Layer III is the most complex layer, and is only really necessary when the most severe data rate constraints must be met. It is also known as MP3 in its application of music delivery over the Internet. It is a transform code based on the ASPEC system with certain modifications to give a degree of commonality with Layer II. The original ASPEC coder used a direct MDCT on the input samples. In Layer III this was modified to use a hybrid transform incorporating the existing polyphase 32-band QMF of Layers I and II and retaining the block size of 1152 samples. In Layer 3, the 32 sub-bands from the QMF are further processed by a critically sampled MDCT.

The windows overlap by two to one. Two window sizes are used to reduce pre-echo on transients. The long window works with 36 sub-band samples corresponding to 24 ms, at 48 kHz and resolves eighteen different frequencies, making 576 frequencies altogether. Coding products are spread over this period which is acceptable in stationary material but not in the vicinity of transients. In this case the window length is reduced to 8 ms. Twelve sub-band samples are resolved into six different frequencies making a total of 192 frequencies. This is the Heisenberg inequality: by increasing the time resolution by a factor of three, the frequency resolution has fallen by the same factor.

Figure 9.60 shows the available window types. In addition to the long and short symmetrical windows there is a pair of transition windows, know as start and stop windows which allow a smooth transition between the two window sizes. In order to use critical sampling, MDCTs must resolve into a set of frequencies which is a multiple of four. Switching between 576 and 192 frequencies allows this criterion to be met. Note that an 8 ms window is still too long to eliminate pre-echo. Preecho is eliminated using buffering. The use of a short window minimizes the size of the buffer needed.

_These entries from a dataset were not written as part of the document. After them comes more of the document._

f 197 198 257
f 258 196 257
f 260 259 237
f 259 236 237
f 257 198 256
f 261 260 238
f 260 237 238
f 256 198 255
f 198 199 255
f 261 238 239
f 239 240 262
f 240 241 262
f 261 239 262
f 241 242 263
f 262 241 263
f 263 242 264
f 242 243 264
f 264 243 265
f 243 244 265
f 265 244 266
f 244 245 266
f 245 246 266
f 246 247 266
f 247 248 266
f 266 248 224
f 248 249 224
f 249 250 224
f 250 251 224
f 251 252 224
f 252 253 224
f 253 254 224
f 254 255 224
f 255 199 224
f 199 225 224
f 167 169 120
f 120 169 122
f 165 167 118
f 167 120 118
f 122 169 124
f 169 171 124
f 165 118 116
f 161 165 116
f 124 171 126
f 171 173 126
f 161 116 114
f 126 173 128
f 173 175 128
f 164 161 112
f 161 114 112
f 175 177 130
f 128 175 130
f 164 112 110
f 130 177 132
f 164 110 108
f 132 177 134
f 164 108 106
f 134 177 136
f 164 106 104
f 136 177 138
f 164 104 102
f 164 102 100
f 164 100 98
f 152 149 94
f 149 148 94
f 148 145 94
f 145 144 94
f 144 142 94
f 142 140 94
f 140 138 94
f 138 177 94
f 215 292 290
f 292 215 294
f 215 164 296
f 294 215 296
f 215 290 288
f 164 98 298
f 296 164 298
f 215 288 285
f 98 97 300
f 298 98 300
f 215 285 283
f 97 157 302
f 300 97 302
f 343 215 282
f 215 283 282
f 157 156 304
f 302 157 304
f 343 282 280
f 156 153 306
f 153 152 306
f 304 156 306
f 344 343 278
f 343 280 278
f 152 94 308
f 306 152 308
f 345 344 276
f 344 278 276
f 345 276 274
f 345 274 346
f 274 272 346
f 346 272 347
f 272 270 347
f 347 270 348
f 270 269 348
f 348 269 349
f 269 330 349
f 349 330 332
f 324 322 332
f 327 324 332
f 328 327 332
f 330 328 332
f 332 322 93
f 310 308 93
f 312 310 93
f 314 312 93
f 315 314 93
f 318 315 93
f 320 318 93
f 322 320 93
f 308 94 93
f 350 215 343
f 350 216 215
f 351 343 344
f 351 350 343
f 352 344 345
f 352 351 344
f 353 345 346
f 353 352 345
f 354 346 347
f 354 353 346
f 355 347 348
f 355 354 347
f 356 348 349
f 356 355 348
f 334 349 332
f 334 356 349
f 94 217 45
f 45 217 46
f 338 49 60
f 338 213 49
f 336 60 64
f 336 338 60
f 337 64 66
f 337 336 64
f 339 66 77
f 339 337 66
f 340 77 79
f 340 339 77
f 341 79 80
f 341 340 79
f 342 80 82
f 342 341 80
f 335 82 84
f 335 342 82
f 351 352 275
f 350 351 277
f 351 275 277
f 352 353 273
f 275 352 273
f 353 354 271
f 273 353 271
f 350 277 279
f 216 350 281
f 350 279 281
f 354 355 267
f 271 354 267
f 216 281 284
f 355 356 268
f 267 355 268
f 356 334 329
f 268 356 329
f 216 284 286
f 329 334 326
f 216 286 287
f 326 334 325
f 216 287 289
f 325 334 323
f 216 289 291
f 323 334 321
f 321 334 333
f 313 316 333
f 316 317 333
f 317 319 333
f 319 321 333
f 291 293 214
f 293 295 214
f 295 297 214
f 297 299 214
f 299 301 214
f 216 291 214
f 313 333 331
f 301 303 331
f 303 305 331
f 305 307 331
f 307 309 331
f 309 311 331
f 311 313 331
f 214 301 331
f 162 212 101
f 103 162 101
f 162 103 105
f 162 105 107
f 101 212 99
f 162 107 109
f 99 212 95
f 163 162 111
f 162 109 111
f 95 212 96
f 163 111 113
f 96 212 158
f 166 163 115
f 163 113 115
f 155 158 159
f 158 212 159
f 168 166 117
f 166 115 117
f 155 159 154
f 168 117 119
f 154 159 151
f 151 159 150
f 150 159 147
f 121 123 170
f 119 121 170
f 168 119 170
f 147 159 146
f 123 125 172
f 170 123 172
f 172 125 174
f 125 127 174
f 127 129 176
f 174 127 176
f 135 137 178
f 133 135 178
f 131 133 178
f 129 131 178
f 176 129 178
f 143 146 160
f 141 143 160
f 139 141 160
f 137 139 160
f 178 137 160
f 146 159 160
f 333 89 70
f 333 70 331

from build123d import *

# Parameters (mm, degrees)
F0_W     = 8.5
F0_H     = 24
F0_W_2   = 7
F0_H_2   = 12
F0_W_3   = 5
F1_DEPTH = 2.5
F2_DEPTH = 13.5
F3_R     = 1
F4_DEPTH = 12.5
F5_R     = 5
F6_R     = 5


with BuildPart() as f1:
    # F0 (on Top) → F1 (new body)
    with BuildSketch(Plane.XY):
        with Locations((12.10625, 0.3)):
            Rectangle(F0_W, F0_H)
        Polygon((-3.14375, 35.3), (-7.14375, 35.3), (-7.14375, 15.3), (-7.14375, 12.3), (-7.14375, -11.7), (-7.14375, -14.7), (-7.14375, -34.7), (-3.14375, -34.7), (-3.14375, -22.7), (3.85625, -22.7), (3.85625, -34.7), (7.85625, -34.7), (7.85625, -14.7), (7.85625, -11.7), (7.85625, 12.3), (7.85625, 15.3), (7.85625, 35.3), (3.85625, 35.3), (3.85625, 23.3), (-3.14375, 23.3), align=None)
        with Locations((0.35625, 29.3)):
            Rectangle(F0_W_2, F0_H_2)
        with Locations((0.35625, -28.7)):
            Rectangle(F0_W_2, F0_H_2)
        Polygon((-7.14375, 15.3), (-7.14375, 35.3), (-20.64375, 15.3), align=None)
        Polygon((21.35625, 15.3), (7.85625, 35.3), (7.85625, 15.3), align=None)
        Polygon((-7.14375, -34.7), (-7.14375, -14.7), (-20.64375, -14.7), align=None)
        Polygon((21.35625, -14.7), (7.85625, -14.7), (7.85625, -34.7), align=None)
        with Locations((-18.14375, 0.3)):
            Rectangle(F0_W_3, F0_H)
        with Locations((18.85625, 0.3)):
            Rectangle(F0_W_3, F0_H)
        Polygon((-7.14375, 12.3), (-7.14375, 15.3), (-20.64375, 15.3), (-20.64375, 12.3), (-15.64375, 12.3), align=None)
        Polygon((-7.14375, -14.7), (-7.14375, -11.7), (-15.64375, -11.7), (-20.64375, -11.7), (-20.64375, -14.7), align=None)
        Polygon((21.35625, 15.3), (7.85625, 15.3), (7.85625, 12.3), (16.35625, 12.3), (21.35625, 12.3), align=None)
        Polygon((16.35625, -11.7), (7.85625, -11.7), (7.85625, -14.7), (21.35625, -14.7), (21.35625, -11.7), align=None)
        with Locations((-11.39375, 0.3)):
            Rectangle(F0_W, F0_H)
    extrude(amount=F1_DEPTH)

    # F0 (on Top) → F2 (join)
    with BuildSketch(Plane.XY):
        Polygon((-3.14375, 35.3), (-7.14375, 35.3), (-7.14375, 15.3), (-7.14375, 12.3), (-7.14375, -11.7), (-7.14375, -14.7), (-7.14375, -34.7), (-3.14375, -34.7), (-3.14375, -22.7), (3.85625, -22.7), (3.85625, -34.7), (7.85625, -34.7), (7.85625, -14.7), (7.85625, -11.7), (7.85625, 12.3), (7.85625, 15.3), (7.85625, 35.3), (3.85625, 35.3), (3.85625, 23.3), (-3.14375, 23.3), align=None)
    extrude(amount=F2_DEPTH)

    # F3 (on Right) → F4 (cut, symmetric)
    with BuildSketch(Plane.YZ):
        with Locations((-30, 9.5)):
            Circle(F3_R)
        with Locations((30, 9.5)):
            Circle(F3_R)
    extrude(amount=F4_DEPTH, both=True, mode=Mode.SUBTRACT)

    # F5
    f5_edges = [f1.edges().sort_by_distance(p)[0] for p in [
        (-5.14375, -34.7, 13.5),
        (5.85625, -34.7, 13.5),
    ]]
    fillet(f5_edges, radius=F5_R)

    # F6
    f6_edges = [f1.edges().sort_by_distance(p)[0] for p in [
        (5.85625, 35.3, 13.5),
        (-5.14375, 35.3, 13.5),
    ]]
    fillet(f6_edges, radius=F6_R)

Layer III provides a suggested (but not compulsory) pychoacoustic model which is more complex than that suggested for Layers I and II, primarily because of the need for window switching. Pre-echo is associated with the entropy in the audio rising above the average value and this can be used to switch the window size. The perceptive model is used to take advantage of the high-frequency resolution available from the DCT which allows the noise floor to be shaped much more accurately than with the 32 sub-bands of Layers I and II. Although the MDCT has high frequency resolution, it does not carry the phase of the waveform in an identifiable form and so is not useful for discriminating between tonal and atonal inputs. As a result a side FFT which gives conventional amplitude and phase data is still required to drive the masking model.

Non-uniform quantizing is used, in which the quantizing step size becomes larger as the magnitude of the coefficient increases. The quantized coefficients are then subject to Huffman coding. This is a technique where the most common code values are allocated the shortest wordlength. Layer III also has a certain amount of buffer memory so that pre-echo can be avoided during entropy peaks despite a constant output bit rate.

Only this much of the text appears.